先だって高千穂町に「インターネットカフェ」がオープンした。宮崎県北初だという。そしてネットカフェとしての営業に併せて、パソコン教室も始めたようだ。インターネットどころか、パソコンにすら馴染みのない住民が多い高千穂にあって、パソコンを購入しなくてもパソコンとインターネットを体験できるのだから、画期的と言って良いだろう。
僕がパソコンに電話回線をつないで「電子メール」を利用するようになって約8年になる。そんな僕でも、近年のパソコンとインターネットの普及の早さには、正直驚いている。コストは安くなり、扱いも容易になった。パソコンと通信システムの高性能化は、音声や動画など、パソコンとインターネットの利用のあり方をも変えようとしている。
今どきのインターネットを快適に利用しようと思えば、通信容量が桁違いに大きく常時接続が可能な高速通信回線「ブロードバンド」が欲しい。延岡市などではすでにケーブルテレビ回線を使ったブロードバンド接続が普及しているようで、本当にうらやましい。一方、高千穂で本格的なブロードバンド網が全域に整備されるにはまだ数年を要しそうな気配だ。
地方は都市部に比べ物流、情報、各種サービスなどの点でいろいろ不便が多いものだ。道路をどんなに整備しても都市との物理的距離は縮まらないし、どんなに都市化を進めてもやはり都市の便利さにはかなわない。便利さだけを求めるなら、はっきり言って都市に出たほうが良い。
そんな中で僕は福岡から高千穂に移り住んだ。それはもちろん、僕が求めているもの(クマ、そして自然と野生動物)が都市になく、ここにはあるからだ。
だが、駆け出しの写真家としては、まず自分の作品を世間に認めてもらう必要がある。売れない本を出版したり、金にならない写真展を開いたり…出版社やマスコミ相手の売り込み活動が不可欠だ。だが、地方に拠点を置いたのではそれは難しい。無名の写真家が地方に移り住むなんて無茶な話だ。…インターネットがない時代はそうだった。

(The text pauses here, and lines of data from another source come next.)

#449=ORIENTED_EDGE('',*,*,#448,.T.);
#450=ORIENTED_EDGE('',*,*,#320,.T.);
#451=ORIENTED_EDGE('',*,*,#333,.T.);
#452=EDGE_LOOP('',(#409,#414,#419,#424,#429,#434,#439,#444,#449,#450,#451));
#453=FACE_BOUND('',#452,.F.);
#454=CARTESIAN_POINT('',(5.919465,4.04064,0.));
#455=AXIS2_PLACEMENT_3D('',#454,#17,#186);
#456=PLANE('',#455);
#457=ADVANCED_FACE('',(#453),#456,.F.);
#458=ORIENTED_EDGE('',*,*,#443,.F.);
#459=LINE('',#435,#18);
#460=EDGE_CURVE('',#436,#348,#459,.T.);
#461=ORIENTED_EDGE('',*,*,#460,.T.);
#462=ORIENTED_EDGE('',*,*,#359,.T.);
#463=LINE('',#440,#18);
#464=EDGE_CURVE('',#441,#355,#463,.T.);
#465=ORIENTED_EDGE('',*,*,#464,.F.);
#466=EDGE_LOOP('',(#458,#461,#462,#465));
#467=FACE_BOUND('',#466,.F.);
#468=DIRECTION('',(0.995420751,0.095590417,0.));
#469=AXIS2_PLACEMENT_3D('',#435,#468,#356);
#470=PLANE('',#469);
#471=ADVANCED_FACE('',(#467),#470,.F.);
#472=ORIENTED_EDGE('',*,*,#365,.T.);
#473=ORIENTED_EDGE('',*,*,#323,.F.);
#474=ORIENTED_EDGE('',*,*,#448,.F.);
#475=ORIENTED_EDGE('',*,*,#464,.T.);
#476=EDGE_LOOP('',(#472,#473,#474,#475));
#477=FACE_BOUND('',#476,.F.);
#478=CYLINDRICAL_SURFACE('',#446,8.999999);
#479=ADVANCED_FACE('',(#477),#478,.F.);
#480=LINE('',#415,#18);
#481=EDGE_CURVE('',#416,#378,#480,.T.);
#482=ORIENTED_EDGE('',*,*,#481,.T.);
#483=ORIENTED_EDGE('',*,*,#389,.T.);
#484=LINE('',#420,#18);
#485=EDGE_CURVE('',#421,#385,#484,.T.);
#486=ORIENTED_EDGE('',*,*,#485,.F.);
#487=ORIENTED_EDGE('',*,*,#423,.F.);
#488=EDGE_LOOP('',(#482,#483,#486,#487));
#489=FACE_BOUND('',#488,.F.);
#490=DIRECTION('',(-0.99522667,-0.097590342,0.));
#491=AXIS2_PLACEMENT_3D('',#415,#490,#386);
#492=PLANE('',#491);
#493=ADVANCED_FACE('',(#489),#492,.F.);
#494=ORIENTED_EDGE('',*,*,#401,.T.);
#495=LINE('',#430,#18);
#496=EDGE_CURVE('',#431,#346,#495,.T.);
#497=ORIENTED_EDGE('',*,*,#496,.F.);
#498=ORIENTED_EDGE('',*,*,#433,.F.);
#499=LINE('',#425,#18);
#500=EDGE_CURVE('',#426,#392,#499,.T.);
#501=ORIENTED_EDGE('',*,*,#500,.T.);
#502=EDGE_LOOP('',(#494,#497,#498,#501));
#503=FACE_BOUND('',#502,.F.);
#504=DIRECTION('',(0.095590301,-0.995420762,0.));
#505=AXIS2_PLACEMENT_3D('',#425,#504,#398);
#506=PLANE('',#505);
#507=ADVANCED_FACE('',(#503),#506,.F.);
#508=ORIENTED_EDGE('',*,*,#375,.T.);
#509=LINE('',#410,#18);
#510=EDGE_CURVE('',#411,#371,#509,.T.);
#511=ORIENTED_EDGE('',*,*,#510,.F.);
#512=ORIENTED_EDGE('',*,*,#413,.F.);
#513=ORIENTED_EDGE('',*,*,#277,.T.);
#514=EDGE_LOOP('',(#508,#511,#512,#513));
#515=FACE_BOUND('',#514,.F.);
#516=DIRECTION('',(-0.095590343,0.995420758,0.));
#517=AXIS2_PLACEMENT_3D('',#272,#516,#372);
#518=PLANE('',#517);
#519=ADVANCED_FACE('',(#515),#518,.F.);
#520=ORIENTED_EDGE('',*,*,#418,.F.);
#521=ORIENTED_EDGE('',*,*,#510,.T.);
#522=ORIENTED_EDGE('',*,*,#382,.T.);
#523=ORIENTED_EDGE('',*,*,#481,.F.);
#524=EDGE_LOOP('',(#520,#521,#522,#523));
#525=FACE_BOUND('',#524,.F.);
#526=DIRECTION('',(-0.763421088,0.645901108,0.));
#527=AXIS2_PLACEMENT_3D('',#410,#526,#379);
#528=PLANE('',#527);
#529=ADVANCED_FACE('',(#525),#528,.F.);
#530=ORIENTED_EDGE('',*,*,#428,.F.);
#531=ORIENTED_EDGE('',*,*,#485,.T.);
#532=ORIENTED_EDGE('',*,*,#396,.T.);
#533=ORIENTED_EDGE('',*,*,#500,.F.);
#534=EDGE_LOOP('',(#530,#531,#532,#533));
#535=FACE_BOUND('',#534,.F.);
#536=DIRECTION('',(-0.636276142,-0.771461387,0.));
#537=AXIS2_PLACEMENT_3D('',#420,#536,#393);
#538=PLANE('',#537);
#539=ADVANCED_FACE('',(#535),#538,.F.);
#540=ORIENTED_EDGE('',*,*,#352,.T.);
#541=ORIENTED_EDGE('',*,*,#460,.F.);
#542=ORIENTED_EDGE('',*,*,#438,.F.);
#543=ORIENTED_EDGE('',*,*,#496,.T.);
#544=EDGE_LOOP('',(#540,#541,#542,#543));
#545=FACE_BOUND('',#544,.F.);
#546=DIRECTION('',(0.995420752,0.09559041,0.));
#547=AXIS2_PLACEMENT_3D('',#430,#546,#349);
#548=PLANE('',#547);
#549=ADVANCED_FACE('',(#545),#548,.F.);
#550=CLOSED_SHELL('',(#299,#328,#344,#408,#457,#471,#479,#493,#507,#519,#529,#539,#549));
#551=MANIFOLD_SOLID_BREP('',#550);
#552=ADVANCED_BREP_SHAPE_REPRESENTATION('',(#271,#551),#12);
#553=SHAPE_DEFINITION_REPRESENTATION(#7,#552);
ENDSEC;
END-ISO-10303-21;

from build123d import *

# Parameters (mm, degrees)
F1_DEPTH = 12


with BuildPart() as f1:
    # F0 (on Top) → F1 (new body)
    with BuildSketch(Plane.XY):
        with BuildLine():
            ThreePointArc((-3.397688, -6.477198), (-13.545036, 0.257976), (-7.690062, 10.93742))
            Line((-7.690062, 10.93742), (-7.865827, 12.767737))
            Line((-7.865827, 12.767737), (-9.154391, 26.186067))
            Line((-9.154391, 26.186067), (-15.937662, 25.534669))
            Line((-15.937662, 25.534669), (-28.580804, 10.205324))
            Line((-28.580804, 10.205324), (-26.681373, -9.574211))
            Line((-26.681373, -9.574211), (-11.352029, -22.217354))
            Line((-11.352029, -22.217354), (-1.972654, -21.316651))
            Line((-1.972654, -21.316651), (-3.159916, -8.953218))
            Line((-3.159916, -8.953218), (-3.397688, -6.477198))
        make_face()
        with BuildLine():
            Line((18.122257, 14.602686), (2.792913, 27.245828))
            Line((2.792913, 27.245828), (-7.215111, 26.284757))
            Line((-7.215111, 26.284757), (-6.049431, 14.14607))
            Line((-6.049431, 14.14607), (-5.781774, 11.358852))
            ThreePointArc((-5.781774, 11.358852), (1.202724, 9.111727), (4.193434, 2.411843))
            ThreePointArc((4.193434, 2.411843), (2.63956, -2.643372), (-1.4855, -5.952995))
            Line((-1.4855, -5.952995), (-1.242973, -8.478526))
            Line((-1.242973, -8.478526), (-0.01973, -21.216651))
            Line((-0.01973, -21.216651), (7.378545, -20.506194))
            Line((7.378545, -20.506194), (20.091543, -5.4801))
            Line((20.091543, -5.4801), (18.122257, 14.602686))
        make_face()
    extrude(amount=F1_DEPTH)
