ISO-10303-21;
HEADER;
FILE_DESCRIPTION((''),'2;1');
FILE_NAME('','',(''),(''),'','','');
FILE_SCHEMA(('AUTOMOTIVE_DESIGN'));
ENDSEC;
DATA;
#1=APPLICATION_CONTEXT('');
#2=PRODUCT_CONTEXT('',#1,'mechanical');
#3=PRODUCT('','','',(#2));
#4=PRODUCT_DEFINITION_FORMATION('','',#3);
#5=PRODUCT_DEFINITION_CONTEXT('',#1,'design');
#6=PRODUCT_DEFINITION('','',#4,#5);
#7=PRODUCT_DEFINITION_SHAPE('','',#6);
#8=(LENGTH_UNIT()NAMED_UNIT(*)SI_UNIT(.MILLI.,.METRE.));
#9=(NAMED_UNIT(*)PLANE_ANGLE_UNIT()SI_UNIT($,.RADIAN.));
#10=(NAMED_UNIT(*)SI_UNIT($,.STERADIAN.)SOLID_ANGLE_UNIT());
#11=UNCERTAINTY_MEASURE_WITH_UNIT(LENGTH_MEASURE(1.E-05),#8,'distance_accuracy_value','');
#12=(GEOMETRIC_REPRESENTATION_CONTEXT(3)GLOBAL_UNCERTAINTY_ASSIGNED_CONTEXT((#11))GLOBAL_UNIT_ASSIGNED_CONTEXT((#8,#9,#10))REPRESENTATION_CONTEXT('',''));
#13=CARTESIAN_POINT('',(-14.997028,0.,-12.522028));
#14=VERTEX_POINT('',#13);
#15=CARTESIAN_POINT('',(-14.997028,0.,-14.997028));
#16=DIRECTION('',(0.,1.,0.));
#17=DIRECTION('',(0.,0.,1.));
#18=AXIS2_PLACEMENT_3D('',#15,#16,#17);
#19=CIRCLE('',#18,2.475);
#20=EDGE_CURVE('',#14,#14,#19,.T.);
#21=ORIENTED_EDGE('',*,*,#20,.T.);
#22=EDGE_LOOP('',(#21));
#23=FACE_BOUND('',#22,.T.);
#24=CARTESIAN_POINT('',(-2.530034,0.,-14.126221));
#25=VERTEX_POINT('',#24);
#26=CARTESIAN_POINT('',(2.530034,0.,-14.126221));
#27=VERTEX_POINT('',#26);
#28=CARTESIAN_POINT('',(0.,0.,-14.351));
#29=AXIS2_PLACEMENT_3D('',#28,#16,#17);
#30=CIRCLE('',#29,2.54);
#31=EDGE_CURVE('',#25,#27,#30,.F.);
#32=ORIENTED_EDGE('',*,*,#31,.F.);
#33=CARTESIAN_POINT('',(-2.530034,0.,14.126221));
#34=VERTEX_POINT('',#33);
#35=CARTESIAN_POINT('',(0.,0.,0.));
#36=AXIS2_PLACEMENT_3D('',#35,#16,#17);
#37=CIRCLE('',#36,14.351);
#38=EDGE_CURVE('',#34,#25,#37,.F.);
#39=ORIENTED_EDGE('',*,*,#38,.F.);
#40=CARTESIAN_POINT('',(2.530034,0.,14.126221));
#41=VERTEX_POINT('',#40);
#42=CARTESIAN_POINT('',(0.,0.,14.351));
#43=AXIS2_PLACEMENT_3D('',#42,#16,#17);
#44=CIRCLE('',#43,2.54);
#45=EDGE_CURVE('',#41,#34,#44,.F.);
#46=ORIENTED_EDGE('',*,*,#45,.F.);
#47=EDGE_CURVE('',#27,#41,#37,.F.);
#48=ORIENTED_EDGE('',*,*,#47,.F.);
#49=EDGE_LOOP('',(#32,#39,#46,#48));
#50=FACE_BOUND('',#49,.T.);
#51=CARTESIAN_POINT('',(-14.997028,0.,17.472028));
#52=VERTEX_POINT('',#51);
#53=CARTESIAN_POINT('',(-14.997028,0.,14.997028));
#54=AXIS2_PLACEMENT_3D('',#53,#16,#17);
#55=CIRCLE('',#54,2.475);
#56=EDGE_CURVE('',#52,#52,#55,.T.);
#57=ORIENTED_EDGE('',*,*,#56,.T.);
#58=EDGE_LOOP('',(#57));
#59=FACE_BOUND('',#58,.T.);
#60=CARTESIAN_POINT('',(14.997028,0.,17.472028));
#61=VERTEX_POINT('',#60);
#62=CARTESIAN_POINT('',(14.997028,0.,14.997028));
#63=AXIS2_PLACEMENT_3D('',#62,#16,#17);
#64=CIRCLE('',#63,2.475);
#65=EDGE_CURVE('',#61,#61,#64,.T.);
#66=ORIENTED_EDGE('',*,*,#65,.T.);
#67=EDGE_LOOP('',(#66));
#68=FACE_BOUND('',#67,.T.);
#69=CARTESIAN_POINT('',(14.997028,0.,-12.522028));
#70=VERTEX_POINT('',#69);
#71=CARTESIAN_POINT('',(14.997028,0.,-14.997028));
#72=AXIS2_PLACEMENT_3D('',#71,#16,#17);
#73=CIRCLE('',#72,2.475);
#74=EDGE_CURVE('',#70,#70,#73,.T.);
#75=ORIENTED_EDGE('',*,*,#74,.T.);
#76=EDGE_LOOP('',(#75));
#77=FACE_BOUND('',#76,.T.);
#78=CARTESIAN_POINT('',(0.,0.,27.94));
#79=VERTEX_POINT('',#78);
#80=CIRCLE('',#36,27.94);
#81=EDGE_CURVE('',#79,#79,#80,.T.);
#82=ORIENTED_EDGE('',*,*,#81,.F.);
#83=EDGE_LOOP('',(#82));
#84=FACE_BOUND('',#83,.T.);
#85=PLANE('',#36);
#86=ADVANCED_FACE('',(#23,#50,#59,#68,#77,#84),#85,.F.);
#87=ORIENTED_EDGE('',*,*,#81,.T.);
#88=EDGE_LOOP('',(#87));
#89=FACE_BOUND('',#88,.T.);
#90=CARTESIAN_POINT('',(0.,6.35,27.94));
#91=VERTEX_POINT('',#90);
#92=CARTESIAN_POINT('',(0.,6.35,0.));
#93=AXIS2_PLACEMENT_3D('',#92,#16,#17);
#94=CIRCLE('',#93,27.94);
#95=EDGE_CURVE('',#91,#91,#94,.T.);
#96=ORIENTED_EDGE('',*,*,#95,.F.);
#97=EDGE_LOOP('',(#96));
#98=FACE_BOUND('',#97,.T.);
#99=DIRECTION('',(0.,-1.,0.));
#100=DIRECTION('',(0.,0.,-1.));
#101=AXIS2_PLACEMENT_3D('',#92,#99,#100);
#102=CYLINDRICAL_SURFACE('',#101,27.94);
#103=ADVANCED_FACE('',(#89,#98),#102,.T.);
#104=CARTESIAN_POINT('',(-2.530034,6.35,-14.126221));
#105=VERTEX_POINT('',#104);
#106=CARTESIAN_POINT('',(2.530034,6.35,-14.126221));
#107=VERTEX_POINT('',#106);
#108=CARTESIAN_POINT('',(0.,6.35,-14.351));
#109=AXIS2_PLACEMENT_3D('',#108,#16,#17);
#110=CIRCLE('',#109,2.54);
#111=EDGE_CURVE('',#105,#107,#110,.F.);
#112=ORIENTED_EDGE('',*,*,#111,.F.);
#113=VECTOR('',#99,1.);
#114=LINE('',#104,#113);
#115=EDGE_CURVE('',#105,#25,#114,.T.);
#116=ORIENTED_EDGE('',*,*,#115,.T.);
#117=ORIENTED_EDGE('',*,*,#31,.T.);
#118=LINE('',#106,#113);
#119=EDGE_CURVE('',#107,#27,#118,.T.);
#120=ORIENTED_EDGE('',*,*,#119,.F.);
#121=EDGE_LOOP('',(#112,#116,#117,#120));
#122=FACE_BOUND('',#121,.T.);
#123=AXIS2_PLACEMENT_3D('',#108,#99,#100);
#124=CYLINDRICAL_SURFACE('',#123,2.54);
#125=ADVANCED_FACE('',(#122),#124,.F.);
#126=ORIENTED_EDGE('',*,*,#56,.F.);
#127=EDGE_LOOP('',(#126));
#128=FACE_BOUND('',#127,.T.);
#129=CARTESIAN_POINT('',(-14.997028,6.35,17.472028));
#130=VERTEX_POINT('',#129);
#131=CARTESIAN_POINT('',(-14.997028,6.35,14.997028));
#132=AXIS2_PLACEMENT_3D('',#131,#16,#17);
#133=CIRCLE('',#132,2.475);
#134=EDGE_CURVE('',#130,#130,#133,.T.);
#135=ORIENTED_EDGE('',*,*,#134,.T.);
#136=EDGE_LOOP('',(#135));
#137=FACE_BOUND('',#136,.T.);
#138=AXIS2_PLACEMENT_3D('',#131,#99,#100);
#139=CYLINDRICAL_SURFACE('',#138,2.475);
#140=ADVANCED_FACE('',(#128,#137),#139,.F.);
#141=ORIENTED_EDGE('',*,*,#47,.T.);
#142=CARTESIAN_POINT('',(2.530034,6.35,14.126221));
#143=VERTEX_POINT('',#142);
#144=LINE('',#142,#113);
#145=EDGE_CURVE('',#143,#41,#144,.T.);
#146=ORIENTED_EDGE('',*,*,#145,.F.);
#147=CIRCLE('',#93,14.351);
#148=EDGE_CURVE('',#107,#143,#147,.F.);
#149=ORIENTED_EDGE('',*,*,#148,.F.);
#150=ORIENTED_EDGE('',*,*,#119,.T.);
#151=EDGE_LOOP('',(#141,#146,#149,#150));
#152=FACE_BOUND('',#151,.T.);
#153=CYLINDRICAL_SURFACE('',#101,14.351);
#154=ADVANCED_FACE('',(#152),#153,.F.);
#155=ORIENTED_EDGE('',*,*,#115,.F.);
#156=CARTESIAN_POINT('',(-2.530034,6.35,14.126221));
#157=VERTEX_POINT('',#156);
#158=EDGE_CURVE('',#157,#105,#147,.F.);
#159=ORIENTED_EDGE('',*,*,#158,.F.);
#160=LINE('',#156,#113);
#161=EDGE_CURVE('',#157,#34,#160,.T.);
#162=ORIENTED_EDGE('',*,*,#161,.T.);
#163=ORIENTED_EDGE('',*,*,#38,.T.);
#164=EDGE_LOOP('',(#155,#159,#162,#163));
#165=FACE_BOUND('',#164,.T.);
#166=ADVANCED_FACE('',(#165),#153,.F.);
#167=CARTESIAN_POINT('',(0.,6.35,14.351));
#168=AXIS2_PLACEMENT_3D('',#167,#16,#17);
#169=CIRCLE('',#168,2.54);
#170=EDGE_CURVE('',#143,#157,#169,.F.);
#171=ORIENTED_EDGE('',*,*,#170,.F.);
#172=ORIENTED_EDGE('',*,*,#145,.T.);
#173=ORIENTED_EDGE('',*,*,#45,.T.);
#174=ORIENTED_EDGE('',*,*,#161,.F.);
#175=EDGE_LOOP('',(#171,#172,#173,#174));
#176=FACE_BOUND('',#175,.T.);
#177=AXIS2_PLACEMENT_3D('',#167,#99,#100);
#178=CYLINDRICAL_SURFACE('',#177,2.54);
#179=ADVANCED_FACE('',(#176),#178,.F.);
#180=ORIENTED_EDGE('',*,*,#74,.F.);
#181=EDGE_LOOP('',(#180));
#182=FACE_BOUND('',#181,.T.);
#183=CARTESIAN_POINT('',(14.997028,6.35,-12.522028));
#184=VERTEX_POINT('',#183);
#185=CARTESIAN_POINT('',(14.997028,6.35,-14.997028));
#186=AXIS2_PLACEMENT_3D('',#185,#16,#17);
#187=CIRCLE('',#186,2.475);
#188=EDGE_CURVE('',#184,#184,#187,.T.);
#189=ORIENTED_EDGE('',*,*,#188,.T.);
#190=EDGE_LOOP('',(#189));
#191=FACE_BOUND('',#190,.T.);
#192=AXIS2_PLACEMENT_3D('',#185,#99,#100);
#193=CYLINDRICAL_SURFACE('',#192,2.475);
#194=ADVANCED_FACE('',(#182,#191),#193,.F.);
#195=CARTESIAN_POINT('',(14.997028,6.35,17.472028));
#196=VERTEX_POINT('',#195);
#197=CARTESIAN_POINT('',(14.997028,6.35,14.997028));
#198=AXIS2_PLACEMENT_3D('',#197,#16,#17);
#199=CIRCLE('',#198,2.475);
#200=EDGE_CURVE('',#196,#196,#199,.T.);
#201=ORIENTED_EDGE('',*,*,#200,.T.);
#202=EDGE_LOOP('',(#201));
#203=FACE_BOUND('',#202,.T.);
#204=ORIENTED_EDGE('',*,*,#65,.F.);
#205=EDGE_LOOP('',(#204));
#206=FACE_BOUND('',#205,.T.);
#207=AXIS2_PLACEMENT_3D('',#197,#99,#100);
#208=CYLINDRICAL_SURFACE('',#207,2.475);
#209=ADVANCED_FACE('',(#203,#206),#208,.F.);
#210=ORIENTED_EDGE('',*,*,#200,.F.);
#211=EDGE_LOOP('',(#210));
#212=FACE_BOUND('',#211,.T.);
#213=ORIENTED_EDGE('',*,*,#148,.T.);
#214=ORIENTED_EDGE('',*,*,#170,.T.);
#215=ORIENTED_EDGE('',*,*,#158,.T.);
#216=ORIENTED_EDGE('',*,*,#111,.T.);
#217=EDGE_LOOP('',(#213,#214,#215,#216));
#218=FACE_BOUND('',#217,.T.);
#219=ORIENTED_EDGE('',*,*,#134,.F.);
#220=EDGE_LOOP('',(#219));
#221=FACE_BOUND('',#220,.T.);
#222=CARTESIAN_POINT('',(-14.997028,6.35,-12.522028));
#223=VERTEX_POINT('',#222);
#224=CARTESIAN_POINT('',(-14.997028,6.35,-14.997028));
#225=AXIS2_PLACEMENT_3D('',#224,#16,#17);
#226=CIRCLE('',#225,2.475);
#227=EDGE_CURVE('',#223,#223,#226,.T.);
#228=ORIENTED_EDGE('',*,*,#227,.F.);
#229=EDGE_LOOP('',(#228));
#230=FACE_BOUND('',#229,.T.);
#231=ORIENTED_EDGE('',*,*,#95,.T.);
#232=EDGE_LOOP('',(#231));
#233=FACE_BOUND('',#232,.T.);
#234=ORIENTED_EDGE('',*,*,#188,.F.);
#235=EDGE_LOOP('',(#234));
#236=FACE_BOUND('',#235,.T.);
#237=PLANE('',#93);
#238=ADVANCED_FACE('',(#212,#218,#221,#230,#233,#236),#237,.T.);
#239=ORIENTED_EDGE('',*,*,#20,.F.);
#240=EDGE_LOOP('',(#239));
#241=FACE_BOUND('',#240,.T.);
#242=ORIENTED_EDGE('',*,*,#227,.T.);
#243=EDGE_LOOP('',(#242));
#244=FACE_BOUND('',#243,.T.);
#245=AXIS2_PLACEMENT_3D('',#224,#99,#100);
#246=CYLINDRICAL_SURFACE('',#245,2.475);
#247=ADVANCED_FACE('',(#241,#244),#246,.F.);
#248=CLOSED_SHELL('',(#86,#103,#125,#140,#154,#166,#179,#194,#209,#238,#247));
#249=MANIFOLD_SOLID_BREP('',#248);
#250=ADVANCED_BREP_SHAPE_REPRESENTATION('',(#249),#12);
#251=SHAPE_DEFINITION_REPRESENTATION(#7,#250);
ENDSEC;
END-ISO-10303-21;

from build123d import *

# Parameters (mm, degrees)
F_0_5IN_SOCKET_R    = 27.94
F_0_5IN_SOCKET_R_2  = 2.475
BOSS_EXTRUDE1_DEPTH = 6.35


with BuildPart() as part:
    # 0.5in Socket → Boss-Extrude1 (new body)
    with BuildSketch(Plane(origin=(0, 0, 0), x_dir=(1, 0, 0), z_dir=(0, 1, 0))):
        with Locations(Location((0, 0, 0), (0, 0, 270))):
            Circle(F_0_5IN_SOCKET_R)
        with Locations(Location((-14.997027722, -14.997027722, 0), (0, 0, 270))):
            Circle(F_0_5IN_SOCKET_R_2, mode=Mode.SUBTRACT)
        with Locations(Location((-14.997027722, 14.997027722, 0), (0, 0, 270))):
            Circle(F_0_5IN_SOCKET_R_2, mode=Mode.SUBTRACT)
        with Locations(Location((14.997027722, 14.997027722, 0), (0, 0, 270))):
            Circle(F_0_5IN_SOCKET_R_2, mode=Mode.SUBTRACT)
        with Locations(Location((14.997027722, -14.997027722, 0), (0, 0, 270))):
            Circle(F_0_5IN_SOCKET_R_2, mode=Mode.SUBTRACT)
        with BuildLine():
            ThreePointArc((2.530034488, -14.126221239), (0, -16.891), (-2.530034488, -14.126221239))
            ThreePointArc((-2.530034488, -14.126221239), (-14.351, 0), (-2.530034488, 14.126221239))
            ThreePointArc((-2.530034488, 14.126221239), (0, 16.891), (2.530034488, 14.126221239))
            ThreePointArc((2.530034488, 14.126221239), (14.351, 0), (2.530034488, -14.126221239))
        make_face(mode=Mode.SUBTRACT)
    extrude(amount=BOSS_EXTRUDE1_DEPTH)


solid = part.part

僕は、インターネット上に開設しているホームページで、「クマ探し」の進行状況や撮影した写真を一般公開している。これは僕にとって看板や店舗の代わりだ。読者からのメッセージは、日本全国はもちろん、時には海外からも届く。このホームページを通じて、マスコミ各社は僕の活動に注目してくれた。全国のクマ関係者は「九州の栗原」を認知してくれた。着実にファンも増えている。
見ず知らずの相手から、仕事や取材の依頼が電子メールで来ることも今や珍しくない。原稿や写真ならメールで送ることも可能なので、インターネット上のやり取りだけで仕事が完結する事だってある。相手が遠方でも電話代や送料は気にならない。
ひとたびインターネットの世界に入れば、相手が東京だろうが、ロンドンだろうが、そこに物理的距離感も、立地の優劣もない。地方で仕事をしたい人間にとって、これは強力な武器だ。だからこそ、インターネットを中心とした「情報技術(IT)革命」は地方にこそ大きな意義がある。
この町には都市にはない魅力があふれている。さらに余所者に対しても寛大な気質。僕のようにこの地に移り住み、仕事をしたいと考える人は他にもいるはずだ。そういう人たちが集えば、今までこの町になかった新しい産業を生み出すかもしれない。新しい方法論で既存の産業を発展させるかもしれない。
しかし、そのためにどうしても今整備しなくてはならないもの…それは安くて快適なインターネット環境・ブロードバンド網だ。
IT革命は地方から。新しい「地方のあり方」を創りあげるためにも。